Metadata-Version: 2.4
Name: kt-masterlog
Version: 0.2.0
Summary: Master-log orchestration layer for KerasTuner. One CSV per tuning run, strategy-agnostic configuration, structured results.
Project-URL: Homepage, https://github.com/techspeque/kt-masterlog
Project-URL: Issues, https://github.com/techspeque/kt-masterlog/issues
Author: Adam
License-Expression: MIT
License-File: LICENSE
Keywords: deep-learning,hyperparameter-optimization,keras-tuner,machine-learning
Classifier: Development Status :: 4 - Beta
Classifier: Intended Audience :: Developers
Classifier: Intended Audience :: Science/Research
Classifier: License :: OSI Approved :: MIT License
Classifier: Programming Language :: Python :: 3
Classifier: Programming Language :: Python :: 3.12
Classifier: Topic :: Scientific/Engineering :: Artificial Intelligence
Requires-Python: >=3.12
Requires-Dist: keras-tuner[bayesian]>=1.4
Requires-Dist: tensorboard>=2.12
Requires-Dist: tensorflow>=2.12
Provides-Extra: dev
Requires-Dist: git-cliff>=2.0; extra == 'dev'
Requires-Dist: pytest-cov>=4.0; extra == 'dev'
Requires-Dist: pytest>=7.0; extra == 'dev'
Description-Content-Type: text/markdown

# kt-masterlog

Master-log orchestration layer for [KerasTuner](https://keras.io/keras_tuner/).

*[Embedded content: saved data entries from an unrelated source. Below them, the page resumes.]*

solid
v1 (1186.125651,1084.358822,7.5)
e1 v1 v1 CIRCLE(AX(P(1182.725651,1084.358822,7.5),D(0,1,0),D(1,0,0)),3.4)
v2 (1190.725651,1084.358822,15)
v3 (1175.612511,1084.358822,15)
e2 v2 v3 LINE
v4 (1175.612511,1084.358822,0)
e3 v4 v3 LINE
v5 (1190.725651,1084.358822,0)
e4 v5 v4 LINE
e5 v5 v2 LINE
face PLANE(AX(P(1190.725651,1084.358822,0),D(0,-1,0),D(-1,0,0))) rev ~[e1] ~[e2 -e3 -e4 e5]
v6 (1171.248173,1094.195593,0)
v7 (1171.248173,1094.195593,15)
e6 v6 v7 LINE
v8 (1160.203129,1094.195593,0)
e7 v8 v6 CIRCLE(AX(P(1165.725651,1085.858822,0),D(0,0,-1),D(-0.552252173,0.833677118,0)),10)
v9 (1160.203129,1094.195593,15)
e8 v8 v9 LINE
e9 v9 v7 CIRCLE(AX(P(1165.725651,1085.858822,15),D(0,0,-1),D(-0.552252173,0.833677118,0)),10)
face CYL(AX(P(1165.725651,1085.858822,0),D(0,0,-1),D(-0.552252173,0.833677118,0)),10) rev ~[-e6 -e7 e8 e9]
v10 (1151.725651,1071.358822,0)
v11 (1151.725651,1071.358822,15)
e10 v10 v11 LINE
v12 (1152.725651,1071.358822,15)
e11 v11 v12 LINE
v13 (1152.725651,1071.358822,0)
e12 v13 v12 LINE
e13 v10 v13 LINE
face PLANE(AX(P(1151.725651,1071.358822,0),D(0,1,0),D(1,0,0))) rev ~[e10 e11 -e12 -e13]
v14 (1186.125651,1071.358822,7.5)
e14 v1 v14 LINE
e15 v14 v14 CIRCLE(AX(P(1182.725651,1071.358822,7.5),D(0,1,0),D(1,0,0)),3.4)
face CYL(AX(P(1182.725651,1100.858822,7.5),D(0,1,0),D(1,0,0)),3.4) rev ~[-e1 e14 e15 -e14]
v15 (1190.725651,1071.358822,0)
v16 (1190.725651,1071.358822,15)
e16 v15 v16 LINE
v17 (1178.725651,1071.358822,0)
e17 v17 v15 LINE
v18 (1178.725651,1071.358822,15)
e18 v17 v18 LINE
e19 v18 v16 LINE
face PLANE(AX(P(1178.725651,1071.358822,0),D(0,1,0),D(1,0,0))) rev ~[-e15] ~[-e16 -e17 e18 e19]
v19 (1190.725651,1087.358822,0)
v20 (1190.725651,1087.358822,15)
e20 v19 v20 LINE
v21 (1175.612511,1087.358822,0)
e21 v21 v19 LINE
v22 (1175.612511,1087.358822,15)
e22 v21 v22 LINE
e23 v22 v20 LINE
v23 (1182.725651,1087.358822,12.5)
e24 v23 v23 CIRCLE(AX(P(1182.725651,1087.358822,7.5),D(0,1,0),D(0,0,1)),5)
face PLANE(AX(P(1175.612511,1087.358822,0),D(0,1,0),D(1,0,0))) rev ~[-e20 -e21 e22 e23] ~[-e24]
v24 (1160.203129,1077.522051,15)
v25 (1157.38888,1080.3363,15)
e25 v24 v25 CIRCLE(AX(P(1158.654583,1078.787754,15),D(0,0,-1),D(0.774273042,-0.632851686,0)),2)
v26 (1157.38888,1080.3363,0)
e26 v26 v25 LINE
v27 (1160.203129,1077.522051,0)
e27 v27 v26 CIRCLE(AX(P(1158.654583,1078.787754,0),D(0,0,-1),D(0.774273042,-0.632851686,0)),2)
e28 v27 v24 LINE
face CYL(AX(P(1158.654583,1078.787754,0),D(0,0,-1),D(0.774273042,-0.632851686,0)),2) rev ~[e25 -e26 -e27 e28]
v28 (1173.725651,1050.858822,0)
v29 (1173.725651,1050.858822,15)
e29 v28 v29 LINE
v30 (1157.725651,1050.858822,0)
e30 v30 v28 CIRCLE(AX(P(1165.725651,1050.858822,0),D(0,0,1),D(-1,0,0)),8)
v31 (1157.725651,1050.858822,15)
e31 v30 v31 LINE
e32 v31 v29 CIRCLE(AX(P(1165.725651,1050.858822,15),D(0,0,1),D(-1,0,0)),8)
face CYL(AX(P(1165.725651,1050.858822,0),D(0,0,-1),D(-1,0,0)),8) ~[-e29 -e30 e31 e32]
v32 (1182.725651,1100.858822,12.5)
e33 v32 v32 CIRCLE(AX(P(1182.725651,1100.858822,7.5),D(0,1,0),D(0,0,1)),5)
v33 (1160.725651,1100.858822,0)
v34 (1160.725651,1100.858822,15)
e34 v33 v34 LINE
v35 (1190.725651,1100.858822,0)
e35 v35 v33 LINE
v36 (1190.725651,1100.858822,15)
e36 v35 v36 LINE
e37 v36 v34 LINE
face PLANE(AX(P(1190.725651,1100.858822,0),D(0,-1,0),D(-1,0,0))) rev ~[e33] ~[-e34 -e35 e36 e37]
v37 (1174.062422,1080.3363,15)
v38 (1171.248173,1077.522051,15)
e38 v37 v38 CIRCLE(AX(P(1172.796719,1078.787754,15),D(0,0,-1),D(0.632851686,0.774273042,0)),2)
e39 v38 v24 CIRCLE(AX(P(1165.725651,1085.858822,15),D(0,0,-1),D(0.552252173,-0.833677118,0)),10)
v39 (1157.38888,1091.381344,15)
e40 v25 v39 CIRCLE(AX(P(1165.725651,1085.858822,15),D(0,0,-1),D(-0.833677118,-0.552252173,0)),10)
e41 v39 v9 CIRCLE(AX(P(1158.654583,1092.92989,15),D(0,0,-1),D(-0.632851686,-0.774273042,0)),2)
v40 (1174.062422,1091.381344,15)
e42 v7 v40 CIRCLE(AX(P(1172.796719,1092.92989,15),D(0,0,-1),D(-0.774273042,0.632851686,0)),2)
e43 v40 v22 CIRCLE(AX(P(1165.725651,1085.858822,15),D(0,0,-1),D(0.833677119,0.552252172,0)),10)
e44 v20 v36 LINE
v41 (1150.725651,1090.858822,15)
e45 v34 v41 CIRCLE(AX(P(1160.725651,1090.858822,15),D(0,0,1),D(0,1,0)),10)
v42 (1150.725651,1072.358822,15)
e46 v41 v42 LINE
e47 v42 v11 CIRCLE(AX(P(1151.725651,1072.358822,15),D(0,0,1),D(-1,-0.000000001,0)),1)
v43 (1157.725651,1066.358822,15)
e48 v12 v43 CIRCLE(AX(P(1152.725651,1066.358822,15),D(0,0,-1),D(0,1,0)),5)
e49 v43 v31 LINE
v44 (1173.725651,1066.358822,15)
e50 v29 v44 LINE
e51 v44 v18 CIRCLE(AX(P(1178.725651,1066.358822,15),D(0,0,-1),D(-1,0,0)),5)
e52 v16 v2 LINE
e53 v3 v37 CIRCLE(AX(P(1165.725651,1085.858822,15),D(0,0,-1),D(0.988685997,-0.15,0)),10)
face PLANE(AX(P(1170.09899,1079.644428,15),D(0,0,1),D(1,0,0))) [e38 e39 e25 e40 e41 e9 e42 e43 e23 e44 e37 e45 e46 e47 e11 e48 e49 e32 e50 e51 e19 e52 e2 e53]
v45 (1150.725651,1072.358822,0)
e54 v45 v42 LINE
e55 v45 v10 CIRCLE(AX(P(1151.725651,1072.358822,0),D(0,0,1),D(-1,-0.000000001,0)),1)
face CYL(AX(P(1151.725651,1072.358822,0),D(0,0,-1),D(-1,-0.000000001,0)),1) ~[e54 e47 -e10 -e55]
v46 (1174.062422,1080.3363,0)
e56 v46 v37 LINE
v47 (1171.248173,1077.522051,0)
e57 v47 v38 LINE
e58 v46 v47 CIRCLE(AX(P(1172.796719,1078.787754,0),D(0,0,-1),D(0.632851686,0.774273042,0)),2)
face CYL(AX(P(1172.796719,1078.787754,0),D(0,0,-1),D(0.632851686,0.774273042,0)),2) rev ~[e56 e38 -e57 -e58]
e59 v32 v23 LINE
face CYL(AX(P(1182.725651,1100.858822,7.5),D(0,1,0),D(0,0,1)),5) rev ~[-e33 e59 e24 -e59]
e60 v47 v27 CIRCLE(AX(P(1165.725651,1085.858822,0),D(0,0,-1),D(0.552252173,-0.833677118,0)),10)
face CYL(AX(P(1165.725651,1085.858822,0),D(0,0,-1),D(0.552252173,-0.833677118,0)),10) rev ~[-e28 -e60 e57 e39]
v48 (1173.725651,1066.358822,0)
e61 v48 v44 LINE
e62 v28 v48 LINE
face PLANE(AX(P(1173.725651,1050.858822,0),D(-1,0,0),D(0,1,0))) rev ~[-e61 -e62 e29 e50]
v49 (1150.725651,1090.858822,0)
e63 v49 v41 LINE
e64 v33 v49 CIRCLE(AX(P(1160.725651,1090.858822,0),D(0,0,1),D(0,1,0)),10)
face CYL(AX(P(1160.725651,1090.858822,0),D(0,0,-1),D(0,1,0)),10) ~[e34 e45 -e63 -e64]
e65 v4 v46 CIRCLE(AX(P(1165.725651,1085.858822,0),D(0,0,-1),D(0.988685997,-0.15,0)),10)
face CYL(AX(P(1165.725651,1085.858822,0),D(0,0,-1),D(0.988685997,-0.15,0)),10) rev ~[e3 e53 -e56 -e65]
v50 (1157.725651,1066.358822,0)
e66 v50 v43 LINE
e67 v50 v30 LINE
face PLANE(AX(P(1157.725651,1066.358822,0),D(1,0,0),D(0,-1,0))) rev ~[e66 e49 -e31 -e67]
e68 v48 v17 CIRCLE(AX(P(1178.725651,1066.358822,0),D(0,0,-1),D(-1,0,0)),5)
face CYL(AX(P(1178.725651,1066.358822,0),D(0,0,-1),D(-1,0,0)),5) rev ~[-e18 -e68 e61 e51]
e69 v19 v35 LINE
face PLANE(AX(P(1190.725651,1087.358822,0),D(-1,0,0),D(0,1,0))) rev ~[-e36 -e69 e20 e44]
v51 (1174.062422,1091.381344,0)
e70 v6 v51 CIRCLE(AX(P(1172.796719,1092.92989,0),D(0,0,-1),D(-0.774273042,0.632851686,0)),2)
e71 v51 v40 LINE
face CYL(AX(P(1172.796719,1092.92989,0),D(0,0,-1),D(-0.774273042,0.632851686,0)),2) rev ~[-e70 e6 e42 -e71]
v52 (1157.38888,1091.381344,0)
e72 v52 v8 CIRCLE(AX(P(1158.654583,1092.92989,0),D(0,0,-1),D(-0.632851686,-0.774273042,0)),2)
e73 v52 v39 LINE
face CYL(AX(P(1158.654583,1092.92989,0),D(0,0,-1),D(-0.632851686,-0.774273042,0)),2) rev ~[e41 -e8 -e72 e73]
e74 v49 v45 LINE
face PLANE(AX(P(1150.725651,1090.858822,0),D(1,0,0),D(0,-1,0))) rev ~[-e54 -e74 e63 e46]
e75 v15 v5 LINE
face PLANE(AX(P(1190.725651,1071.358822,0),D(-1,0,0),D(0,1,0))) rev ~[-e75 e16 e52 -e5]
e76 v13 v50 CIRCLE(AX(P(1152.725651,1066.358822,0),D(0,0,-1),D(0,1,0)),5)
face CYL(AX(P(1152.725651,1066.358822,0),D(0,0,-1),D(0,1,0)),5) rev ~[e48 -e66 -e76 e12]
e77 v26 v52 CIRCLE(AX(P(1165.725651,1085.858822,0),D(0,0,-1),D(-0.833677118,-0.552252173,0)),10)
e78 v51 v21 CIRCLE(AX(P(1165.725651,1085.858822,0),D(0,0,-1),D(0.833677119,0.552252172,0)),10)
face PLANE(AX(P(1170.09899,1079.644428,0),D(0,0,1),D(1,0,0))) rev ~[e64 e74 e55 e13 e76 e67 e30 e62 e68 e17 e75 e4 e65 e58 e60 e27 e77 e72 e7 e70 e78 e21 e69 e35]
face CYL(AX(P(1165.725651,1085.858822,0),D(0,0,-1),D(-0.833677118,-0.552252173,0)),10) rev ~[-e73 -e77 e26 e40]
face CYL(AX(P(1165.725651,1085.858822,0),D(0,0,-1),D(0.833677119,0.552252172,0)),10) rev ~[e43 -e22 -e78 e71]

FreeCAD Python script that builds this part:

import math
import FreeCAD as App
import Part
import Sketcher
Q = App.Units.Quantity

doc = App.newDocument("Part")
body = doc.addObject("PartDesign::Body", "Body")

# Sketch on XY plane
sketch1 = body.newObject("Sketcher::SketchObject", "Sketch")
sketch1.AttachmentSupport = (doc.getObject("XY_Plane"), [""])
sketch1.MapMode = "FlatFace"
sketch1.addGeometry(Part.LineSegment(App.Vector(1175.6, 1087.4, 0), App.Vector(1190.7, 1087.4, 0)), False)
sketch1.addGeometry(Part.LineSegment(App.Vector(1190.7, 1087.4, 0), App.Vector(1190.7, 1100.9, 0)), False)
sketch1.addGeometry(Part.LineSegment(App.Vector(1190.7, 1100.9, 0), App.Vector(1160.7, 1100.9, 0)), False)
sketch1.addGeometry(Part.ArcOfCircle(Part.Circle(App.Vector(1160.7, 1090.9, 0), App.Vector(0, 0, 1), 10), math.radians(90), math.radians(180)), False)
sketch1.addGeometry(Part.LineSegment(App.Vector(1150.7, 1090.9, 0), App.Vector(1150.7, 1072.4, 0)), False)
sketch1.addGeometry(Part.ArcOfCircle(Part.Circle(App.Vector(1151.7, 1072.4, 0), App.Vector(0, 0, 1), 1), math.radians(-180), math.radians(-90)), False)
sketch1.addGeometry(Part.LineSegment(App.Vector(1151.7, 1071.4, 0), App.Vector(1152.7, 1071.4, 0)), False)
sketch1.addGeometry(Part.ArcOfCircle(Part.Circle(App.Vector(1152.7, 1066.4, 0), App.Vector(0, 0, 1), 5), math.radians(0), math.radians(90)), False)
sketch1.addGeometry(Part.LineSegment(App.Vector(1157.7, 1066.4, 0), App.Vector(1157.7, 1050.9, 0)), False)
sketch1.addGeometry(Part.ArcOfCircle(Part.Circle(App.Vector(1165.7, 1050.9, 0), App.Vector(0, 0, 1), 8), math.radians(180), math.radians(360)), False)
sketch1.addGeometry(Part.LineSegment(App.Vector(1173.7, 1050.9, 0), App.Vector(1173.7, 1066.4, 0)), False)
sketch1.addGeometry(Part.ArcOfCircle(Part.Circle(App.Vector(1178.7, 1066.4, 0), App.Vector(0, 0, 1), 5), math.radians(90), math.radians(180)), False)
sketch1.addGeometry(Part.LineSegment(App.Vector(1178.7, 1071.4, 0), App.Vector(1190.7, 1071.4, 0)), False)
sketch1.addGeometry(Part.LineSegment(App.Vector(1190.7, 1071.4, 0), App.Vector(1190.7, 1084.4, 0)), False)
sketch1.addGeometry(Part.LineSegment(App.Vector(1190.7, 1084.4, 0), App.Vector(1175.6, 1084.4, 0)), False)
sketch1.addGeometry(Part.ArcOfCircle(Part.Circle(App.Vector(1165.7, 1085.9, 0), App.Vector(0, 0, 1), 10), math.radians(-34), math.radians(-9)), False)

One CSV per tuning run, strategy-agnostic configuration, structured results.

## The problem

KerasTuner scatters trial data across per-trial directories. Comparing hyperparameters against metrics across trials means writing custom aggregation scripts every time. Switching strategies (Bayesian → Hyperband → Random) requires swapping classes and rewriting constructor arguments. There's no structured result object — you print things, then lose them.

## What this does

**`MasterEpochLogger`** — A Keras callback that writes one flat CSV row per epoch per trial: trial ID, all hyperparameter values, and all metrics in a single file. Load it into pandas and you have your entire tuning run in one DataFrame.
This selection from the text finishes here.